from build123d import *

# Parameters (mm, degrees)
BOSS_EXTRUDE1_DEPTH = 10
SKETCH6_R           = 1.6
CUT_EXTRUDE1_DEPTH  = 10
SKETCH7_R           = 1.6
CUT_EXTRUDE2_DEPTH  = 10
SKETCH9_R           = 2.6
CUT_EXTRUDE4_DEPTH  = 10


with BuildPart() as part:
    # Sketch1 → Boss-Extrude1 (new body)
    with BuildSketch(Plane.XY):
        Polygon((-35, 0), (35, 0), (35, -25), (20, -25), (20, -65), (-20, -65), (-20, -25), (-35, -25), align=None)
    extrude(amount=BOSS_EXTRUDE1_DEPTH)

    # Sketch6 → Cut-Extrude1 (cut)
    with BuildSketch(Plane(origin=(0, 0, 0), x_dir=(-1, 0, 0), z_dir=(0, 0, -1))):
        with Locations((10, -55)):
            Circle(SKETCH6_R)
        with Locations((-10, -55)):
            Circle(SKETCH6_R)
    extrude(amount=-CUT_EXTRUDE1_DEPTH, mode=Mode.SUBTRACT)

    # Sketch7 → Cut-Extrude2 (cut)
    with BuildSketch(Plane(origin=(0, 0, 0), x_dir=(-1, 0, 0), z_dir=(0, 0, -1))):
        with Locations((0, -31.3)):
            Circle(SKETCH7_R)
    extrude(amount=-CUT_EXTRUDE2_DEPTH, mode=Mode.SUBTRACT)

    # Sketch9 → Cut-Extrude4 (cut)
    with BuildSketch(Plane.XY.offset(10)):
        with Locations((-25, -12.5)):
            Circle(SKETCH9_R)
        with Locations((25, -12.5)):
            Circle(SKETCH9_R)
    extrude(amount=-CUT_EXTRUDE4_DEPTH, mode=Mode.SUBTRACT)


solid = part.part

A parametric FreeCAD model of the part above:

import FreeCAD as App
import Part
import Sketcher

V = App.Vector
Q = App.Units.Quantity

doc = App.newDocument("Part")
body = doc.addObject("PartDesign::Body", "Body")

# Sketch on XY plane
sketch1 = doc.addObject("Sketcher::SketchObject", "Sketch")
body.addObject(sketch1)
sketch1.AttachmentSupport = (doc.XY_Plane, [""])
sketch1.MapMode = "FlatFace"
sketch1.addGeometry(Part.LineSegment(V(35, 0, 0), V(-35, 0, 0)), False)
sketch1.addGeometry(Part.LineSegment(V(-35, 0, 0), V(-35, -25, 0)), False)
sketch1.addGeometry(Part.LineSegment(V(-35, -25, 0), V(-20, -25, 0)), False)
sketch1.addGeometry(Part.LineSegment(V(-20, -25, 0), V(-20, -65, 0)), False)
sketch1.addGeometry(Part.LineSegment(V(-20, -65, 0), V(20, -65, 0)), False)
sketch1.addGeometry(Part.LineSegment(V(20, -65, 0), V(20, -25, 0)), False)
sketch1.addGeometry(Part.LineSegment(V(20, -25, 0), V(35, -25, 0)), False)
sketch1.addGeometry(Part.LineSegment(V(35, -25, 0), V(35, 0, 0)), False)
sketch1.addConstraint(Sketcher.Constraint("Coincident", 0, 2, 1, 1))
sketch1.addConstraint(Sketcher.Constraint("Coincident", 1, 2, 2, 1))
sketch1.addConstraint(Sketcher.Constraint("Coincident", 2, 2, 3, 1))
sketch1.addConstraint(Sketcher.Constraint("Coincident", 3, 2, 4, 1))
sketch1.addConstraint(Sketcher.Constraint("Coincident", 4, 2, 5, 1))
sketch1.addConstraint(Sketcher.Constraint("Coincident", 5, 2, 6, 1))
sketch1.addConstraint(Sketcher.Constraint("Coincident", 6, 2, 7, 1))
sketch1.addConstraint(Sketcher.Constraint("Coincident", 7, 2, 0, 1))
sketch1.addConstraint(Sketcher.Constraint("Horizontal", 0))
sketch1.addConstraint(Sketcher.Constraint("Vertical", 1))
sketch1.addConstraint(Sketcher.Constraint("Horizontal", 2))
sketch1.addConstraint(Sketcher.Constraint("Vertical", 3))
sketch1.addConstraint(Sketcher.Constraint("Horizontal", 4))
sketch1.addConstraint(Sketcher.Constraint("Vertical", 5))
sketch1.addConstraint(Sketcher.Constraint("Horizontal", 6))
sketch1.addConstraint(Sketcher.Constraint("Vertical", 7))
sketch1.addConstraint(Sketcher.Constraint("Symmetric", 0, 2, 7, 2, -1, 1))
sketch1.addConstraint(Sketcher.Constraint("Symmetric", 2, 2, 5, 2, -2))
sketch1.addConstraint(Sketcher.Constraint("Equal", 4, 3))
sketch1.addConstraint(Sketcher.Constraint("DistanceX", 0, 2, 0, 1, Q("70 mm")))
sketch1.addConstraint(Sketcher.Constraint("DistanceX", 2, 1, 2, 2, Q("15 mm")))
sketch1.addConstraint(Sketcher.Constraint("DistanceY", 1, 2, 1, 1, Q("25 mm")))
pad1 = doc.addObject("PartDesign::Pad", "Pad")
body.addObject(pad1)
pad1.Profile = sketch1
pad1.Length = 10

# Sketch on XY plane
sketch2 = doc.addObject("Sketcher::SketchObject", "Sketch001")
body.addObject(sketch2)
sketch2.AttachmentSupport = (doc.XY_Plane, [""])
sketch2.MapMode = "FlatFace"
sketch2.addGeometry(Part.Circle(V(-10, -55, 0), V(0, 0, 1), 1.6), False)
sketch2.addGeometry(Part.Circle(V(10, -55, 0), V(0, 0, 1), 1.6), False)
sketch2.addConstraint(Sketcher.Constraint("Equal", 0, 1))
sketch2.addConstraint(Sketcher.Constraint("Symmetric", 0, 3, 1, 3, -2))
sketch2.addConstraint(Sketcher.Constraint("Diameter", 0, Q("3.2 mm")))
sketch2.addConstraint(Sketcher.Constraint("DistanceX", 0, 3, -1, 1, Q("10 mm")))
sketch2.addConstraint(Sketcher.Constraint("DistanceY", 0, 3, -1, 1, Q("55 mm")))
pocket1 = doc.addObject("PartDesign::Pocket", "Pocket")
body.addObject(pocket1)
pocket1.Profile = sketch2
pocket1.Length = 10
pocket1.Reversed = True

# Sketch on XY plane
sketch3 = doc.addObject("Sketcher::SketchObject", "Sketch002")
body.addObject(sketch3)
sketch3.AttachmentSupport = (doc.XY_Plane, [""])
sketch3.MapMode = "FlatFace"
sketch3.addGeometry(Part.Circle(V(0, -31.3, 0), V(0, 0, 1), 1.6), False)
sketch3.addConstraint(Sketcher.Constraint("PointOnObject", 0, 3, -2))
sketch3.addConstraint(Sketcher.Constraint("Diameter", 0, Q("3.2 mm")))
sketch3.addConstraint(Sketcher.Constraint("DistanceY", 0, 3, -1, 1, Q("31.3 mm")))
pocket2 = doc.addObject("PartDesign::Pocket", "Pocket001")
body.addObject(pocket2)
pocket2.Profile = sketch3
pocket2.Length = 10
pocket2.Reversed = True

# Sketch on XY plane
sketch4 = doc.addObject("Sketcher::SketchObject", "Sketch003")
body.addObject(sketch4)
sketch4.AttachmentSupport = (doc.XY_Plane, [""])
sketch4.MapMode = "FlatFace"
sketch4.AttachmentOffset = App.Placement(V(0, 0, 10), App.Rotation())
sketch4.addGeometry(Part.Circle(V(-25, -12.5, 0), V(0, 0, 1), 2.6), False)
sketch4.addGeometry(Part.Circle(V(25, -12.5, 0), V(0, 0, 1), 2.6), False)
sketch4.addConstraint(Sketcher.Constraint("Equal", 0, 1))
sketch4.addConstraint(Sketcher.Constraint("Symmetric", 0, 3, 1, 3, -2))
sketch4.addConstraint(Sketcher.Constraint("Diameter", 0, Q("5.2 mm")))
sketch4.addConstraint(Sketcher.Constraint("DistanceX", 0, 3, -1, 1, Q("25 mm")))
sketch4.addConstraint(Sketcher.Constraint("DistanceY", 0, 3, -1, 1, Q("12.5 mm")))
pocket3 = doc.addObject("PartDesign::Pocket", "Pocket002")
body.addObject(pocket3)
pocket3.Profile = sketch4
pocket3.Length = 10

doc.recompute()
○ ○ ○ ○ ○ ○ ○
■ **Your goal**:
Each line in the material with "BuildSketch" in it must be reported.

■ **Your response**:
    with BuildSketch(Plane.XY):
    with BuildSketch(Plane(origin=(0, 0, 0), x_dir=(-1, 0, 0), z_dir=(0, 0, -1))):
    with BuildSketch(Plane(origin=(0, 0, 0), x_dir=(-1, 0, 0), z_dir=(0, 0, -1))):
    with BuildSketch(Plane.XY.offset(10)):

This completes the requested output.